SUBMITTED BY ARTHUR N1ORC - AMSAT A/C 331468

John Yembrick
Headquarters, Washington
202-358-0602

John Ira Petty
Johnson Space Center, Houston
281-483-5111


	June 29, 2007
STATUS REPORT: SS07-32

International Space Station Status Report: SS07-32

HOUSTON -- After the departure of the space shuttle Atlantis, Expedition 
15 Commander Fyodor Yurchikhin and Flight Engineer Oleg Kotov returned 
to their daily operations aboard the International Space Station this 
week, while newly arrived Flight Engineer Clay Anderson began conducting 
scientific experiments.

Atlantis landed in California June 22 after delivering a new starboard 
truss segment and a set of solar arrays to the station. Returning on the 
shuttle was Sunita Williams, who lived and worked aboard the orbiting 
complex for six months. Anderson succeeded Williams on the station and 
arrived with the Atlantis crew on June 10.

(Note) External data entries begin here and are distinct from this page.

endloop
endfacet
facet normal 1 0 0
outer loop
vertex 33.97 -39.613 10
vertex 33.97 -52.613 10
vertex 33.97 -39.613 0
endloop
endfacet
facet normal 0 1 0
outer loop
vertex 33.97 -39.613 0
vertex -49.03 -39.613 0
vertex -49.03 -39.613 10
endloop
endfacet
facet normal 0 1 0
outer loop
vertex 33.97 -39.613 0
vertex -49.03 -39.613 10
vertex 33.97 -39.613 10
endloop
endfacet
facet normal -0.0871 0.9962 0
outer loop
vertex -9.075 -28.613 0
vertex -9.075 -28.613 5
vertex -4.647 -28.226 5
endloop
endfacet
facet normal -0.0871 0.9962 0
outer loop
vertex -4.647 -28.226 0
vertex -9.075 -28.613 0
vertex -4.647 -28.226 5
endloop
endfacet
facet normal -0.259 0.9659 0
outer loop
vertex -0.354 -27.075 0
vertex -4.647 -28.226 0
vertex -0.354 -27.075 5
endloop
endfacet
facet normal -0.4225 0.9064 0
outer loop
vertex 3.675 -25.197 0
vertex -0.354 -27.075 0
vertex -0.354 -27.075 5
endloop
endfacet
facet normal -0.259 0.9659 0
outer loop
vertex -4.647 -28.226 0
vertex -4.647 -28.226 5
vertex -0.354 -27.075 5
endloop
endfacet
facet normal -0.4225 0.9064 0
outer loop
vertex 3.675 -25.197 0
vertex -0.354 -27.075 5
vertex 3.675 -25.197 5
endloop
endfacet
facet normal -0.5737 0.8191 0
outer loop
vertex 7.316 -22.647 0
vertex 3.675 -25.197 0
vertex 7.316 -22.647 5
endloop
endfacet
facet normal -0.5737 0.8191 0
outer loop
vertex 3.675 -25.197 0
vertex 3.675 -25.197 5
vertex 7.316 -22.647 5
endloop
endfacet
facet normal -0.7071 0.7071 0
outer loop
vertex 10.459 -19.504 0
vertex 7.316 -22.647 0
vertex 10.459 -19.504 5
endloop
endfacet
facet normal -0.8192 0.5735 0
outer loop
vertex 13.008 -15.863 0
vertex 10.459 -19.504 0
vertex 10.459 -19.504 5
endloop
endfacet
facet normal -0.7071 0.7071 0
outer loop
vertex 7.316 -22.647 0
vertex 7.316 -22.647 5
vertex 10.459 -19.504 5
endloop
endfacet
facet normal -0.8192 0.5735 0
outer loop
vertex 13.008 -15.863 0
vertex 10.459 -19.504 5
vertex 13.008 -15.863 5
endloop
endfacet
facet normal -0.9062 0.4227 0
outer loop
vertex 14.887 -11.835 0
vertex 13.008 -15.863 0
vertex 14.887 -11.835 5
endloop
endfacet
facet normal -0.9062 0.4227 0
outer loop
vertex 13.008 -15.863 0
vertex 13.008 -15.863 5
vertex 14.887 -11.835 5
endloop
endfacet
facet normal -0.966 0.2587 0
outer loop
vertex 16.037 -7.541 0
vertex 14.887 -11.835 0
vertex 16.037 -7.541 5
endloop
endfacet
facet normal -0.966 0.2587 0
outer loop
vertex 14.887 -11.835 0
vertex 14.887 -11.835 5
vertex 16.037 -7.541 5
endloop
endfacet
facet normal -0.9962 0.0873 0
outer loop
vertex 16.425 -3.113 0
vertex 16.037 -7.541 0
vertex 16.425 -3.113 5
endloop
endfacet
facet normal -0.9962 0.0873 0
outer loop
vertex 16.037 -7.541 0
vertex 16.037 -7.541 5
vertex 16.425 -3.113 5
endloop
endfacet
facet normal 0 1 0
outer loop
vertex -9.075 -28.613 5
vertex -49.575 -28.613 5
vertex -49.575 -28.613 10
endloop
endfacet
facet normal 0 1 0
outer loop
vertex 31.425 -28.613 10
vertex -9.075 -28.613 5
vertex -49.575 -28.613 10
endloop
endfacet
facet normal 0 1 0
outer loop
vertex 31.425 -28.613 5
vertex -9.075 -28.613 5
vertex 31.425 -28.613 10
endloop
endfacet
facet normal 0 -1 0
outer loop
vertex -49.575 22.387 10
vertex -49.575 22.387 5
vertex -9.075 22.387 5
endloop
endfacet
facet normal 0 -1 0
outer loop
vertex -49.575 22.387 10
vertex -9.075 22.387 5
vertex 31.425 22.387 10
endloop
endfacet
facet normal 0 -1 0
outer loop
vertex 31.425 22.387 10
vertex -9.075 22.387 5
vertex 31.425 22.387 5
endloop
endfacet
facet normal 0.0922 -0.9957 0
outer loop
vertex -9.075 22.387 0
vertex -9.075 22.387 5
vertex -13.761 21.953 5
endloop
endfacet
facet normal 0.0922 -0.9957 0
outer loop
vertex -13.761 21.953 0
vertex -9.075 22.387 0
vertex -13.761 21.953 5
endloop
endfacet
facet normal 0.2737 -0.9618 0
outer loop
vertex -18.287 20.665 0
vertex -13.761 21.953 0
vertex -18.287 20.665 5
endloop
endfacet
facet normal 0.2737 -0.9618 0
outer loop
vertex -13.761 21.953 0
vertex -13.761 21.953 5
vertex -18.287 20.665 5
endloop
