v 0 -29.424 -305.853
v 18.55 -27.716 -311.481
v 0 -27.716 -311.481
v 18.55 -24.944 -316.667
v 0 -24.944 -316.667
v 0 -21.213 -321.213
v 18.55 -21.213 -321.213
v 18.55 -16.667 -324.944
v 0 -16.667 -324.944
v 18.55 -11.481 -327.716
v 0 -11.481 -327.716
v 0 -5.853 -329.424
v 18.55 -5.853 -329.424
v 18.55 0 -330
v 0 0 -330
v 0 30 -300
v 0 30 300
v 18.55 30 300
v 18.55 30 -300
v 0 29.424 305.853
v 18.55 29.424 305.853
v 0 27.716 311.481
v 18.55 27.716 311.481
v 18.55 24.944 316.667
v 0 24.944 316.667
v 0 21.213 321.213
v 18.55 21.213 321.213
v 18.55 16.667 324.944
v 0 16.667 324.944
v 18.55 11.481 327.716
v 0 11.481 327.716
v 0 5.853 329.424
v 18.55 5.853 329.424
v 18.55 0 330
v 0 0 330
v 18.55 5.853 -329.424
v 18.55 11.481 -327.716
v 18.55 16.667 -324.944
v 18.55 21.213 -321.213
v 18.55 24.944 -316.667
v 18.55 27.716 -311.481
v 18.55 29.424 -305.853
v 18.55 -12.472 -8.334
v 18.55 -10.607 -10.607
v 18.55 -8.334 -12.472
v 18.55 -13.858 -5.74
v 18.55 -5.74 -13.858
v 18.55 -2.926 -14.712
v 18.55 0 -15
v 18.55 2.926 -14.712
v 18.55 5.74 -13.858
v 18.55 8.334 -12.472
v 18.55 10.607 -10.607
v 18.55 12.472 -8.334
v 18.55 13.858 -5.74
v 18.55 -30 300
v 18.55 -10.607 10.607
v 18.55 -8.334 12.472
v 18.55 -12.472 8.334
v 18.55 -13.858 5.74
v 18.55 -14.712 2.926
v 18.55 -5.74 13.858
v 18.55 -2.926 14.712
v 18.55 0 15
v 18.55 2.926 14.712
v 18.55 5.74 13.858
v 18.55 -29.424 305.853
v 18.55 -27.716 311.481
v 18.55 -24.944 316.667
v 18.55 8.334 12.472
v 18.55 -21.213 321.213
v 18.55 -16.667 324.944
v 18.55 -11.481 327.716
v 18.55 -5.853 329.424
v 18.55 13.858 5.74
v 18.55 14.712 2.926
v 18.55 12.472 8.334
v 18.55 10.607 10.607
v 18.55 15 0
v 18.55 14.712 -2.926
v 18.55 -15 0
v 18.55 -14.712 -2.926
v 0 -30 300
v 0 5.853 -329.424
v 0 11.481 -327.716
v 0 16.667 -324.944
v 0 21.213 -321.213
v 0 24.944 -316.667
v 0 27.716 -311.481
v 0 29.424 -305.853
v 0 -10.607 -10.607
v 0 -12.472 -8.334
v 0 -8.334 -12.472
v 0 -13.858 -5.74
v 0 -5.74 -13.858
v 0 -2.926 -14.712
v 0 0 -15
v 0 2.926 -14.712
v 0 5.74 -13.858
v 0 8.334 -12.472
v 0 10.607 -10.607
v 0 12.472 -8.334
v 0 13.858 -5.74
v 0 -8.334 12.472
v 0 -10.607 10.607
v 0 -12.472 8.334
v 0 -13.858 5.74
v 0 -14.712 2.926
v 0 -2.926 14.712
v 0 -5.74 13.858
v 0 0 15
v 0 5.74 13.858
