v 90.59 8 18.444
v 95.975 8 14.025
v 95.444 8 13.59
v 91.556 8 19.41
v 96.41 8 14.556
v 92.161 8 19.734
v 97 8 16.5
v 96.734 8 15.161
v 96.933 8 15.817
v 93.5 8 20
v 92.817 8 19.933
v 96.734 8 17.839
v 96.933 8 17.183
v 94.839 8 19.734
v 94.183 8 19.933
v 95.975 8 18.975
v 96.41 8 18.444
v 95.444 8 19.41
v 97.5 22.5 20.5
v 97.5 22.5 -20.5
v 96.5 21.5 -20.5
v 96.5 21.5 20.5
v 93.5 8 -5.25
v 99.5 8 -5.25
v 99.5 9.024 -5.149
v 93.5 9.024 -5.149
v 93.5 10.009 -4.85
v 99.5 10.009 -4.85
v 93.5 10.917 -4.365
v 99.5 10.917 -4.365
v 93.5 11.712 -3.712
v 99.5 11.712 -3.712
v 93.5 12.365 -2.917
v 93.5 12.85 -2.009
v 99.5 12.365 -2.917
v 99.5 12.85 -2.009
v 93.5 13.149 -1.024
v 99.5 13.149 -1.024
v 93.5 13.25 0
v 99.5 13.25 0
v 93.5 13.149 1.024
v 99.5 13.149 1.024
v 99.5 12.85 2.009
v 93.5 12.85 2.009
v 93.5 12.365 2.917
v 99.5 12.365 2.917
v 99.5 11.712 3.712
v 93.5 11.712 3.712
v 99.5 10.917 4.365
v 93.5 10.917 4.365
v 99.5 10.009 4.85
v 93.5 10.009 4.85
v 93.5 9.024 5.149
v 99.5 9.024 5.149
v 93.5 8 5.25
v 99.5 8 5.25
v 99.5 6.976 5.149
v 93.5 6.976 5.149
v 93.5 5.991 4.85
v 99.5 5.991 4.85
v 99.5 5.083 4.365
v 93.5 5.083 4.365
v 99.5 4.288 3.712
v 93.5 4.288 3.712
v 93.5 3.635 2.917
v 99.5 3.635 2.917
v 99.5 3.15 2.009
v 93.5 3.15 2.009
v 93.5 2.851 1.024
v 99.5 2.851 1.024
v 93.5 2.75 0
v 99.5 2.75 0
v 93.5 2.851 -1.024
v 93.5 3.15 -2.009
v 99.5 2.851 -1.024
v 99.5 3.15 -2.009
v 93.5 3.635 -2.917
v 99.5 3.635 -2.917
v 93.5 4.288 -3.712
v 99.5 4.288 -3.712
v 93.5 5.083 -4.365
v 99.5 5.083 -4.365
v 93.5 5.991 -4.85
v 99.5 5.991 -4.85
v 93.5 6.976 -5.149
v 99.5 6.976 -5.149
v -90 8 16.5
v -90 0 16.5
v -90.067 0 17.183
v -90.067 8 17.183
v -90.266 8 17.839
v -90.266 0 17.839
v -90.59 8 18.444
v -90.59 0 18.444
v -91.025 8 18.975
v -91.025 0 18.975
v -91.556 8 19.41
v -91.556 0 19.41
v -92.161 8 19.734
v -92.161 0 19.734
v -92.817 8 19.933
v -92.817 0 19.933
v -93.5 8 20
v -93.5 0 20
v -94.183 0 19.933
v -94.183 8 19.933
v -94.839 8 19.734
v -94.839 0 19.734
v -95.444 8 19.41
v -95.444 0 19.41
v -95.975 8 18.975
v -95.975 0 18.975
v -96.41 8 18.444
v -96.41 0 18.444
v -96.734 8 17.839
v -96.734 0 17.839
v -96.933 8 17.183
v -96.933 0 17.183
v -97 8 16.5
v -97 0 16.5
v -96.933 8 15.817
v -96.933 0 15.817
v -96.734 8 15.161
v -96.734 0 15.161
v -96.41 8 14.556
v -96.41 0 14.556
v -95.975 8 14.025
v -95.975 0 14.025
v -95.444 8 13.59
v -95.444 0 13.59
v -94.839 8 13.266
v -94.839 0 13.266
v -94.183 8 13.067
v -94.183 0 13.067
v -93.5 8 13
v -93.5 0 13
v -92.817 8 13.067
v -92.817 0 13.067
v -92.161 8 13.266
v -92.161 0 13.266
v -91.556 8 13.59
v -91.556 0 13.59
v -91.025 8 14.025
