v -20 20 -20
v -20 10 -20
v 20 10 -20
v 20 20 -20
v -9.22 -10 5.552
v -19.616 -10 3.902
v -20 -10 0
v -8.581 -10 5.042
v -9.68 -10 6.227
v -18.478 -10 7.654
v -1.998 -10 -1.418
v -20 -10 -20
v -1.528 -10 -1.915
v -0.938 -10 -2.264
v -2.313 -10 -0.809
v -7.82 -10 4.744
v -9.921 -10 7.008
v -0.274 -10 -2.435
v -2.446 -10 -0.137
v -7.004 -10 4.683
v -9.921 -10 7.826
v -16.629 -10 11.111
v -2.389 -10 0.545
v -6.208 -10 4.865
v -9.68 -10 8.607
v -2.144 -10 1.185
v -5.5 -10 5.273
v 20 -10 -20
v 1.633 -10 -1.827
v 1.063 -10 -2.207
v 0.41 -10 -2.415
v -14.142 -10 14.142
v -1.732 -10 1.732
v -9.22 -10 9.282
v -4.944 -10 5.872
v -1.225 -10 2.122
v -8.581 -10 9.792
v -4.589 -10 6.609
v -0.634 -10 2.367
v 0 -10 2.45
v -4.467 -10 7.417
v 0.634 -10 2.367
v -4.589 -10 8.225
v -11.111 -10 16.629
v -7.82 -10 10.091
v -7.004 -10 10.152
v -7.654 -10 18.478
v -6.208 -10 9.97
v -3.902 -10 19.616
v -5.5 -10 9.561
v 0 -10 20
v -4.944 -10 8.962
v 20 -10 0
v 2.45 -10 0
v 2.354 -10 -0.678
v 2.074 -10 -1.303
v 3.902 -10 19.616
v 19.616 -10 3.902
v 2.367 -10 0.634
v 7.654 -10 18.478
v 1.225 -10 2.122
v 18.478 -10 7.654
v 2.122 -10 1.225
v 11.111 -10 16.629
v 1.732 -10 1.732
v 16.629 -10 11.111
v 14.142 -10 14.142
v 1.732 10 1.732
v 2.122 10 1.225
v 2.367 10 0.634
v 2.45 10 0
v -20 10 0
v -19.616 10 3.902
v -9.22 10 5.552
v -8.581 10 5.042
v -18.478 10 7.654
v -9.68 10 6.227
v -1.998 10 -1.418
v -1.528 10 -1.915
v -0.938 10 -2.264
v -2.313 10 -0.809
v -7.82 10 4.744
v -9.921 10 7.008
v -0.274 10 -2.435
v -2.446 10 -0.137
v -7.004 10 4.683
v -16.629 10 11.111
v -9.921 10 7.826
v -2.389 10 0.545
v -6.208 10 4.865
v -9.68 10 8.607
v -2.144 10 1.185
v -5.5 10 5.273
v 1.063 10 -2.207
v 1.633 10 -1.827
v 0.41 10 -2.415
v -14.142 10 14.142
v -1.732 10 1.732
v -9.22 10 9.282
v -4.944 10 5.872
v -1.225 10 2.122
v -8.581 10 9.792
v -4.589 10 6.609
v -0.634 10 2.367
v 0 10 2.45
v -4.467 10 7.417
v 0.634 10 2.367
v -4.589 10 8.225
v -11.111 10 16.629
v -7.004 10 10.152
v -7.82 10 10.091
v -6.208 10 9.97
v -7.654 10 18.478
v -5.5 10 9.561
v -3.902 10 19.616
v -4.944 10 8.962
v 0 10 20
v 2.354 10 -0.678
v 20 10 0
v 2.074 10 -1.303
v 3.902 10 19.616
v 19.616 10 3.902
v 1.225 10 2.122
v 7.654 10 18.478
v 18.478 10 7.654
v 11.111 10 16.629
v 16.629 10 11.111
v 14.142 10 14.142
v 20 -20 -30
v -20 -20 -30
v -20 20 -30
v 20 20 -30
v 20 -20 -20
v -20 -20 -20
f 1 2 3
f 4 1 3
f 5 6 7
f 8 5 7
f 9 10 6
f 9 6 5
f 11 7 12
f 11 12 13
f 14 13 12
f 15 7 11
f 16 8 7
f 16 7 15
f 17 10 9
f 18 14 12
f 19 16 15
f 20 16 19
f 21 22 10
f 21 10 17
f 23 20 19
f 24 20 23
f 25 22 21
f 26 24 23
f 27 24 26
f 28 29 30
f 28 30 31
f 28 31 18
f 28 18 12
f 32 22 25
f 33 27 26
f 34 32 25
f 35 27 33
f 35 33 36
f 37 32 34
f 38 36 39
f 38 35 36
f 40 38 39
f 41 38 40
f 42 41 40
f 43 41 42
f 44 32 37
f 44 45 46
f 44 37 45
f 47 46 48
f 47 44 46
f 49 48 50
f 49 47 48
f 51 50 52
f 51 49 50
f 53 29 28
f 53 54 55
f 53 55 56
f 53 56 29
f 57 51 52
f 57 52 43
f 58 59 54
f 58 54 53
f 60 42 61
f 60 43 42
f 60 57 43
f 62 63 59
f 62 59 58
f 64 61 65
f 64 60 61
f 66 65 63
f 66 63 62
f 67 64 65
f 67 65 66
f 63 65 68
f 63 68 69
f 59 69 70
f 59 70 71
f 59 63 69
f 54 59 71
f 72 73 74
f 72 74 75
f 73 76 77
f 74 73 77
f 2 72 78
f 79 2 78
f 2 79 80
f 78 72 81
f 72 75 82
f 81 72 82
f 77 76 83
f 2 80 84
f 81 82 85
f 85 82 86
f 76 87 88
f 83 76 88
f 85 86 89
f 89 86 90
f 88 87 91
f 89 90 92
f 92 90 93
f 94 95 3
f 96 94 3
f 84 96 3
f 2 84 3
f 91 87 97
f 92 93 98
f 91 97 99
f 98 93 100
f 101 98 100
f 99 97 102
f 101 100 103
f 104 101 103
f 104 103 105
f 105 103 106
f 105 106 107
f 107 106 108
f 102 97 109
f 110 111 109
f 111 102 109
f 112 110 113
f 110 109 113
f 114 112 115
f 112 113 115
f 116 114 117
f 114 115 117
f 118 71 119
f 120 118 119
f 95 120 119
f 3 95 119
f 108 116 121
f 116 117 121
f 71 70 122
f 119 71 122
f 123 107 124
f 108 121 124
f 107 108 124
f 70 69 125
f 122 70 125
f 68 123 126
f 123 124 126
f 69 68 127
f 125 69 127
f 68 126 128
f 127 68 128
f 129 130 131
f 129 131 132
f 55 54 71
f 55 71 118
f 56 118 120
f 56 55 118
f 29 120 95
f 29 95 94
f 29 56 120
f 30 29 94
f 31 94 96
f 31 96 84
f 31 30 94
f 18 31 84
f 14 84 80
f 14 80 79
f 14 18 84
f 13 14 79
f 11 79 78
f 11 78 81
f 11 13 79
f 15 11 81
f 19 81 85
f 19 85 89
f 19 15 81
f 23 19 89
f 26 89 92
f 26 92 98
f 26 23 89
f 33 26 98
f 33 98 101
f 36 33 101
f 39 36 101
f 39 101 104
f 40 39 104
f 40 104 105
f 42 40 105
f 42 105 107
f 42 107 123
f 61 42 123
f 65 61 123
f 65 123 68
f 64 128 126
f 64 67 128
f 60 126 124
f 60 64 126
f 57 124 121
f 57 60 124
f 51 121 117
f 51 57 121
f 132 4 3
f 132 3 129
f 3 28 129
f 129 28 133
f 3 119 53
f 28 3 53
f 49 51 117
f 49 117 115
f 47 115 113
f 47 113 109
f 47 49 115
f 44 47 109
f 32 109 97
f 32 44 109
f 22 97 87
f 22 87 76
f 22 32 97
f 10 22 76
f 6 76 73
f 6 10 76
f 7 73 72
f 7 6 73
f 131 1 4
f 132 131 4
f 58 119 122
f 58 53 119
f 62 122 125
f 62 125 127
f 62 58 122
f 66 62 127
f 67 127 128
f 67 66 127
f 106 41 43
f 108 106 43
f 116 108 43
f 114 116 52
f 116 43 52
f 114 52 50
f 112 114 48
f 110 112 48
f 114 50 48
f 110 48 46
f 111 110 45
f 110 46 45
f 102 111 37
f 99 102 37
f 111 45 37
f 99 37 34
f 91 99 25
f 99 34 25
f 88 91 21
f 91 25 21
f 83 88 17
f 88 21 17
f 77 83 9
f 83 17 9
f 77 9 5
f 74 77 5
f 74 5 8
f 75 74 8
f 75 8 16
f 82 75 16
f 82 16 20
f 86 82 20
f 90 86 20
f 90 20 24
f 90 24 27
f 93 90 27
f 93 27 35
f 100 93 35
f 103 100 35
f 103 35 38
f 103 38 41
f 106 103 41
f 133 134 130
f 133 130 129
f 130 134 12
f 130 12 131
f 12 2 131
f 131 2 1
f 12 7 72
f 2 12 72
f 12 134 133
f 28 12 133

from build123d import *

# Parameters (mm, degrees)
F1_DEPTH = 10
F2_R     = 2.742204369
F3_DEPTH = 25
F4_W     = 40
F4_H     = 10
F4_H_2   = 20
F5_DEPTH = 10


with BuildPart() as f1:
    # F0 (on Front) → F1 (new body, symmetric)
    with BuildSketch(Plane.XZ):
        with BuildLine():
            Line((1.7324116139, 1.7324116139), (14.1421356237, 14.1421356237))
            ThreePointArc((14.1421356237, 14.1421356237), (7.6536686307, 18.4775906571), (-3.59e-08, 20))
            ThreePointArc((-3.59e-08, 20), (-7.6536686639, 18.4775906433), (-14.1421356237, 14.1421356237))
            Line((-14.1421356237, 14.1421356237), (-1.7324116139, 1.7324116139))
            ThreePointArc((-1.7324116139, 1.7324116139), (0, 2.45), (1.7324116139, 1.7324116139))
        make_face()
        with BuildLine():
            ThreePointArc((-20, 0), (-14.1421356237, -14.1421356237), (0, -20))
            ThreePointArc((0, -20), (14.1421356237, -14.1421356237), (20, 0))
            ThreePointArc((20, 0), (18.4775906502, 7.6536686473), (14.1421356237, 14.1421356237))
            Line((14.1421356237, 14.1421356237), (1.7324116139, 1.7324116139))
            ThreePointArc((1.7324116139, 1.7324116139), (2.2635048547, 0.9375744093), (2.45, 0))
            ThreePointArc((2.45, 0), (-0.9375744093, -2.2635048547), (-1.7324116139, 1.7324116139))
            Line((-1.7324116139, 1.7324116139), (-14.1421356237, 14.1421356237))
            ThreePointArc((-14.1421356237, 14.1421356237), (-18.4775906502, 7.6536686473), (-20, 0))
        make_face()
        with BuildLine():
            Line((-20, -20), (0, -20))
            ThreePointArc((0, -20), (-14.1421356237, -14.1421356237), (-20, 0))
            Line((-20, 0), (-20, -20))
        make_face()
        with BuildLine():
            Line((0, -20), (20, -20))
            Line((20, -20), (20, 0))
            ThreePointArc((20, 0), (14.1421356237, -14.1421356237), (0, -20))
        make_face()
    extrude(amount=F1_DEPTH, both=True)

    # F2 (on face) → F3 (cut)
    with BuildSketch(Plane.XZ.offset(10)):
        with Locations((-7.2094062343, 7.4171875603)):
            Circle(F2_R)
    extrude(amount=-F3_DEPTH, mode=Mode.SUBTRACT)

    # F4 (on face) → F5 (join)
    with BuildSketch(Plane(origin=(0, 0, -20), x_dir=(1, 0, 0), z_dir=(0, 0, -1))):
        with Locations((0, 15)):
            Rectangle(F4_W, F4_H)
        Rectangle(F4_W, F4_H_2)
        with Locations((0, -15)):
            Rectangle(F4_W, F4_H)
    extrude(amount=F5_DEPTH)


solid = f1.part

Anderson performed his first Saturday Science activity on June 23, 
showing younger television viewers how Newton's laws apply to sports 
activities, even in the microgravity of space.

On Monday, Anderson began work with a nutrition experiment. He collected 
blood and urine samples and began logging all of the food and drinks he 
consumed. The experiment tracks many vitamins and minerals essential for 
good health. It is the most comprehensive in-flight study to date of 
human physiological changes during long-duration spaceflight. Also, 
Anderson and Kotov did a medical emergency exercise, and Yurchikhin 
replaced one of three transmitters on the Russian Regul communications 
system.

The crew inspected the lights and power systems and performed a routine 
examination of the windows on the Russian Zvezda service module on Tuesday.

Wednesday was filled with science. Each crew member completed medical 
tests and periodic fitness evaluations, and worked with a variety of 
Russian experiments. Kotov spent about two hours using a multimeter to 
do resistance checks on the computer system in the Zvezda service 
module. The two major computer systems there continue to function well, 
with two of three "lanes," or data paths, of each system operating.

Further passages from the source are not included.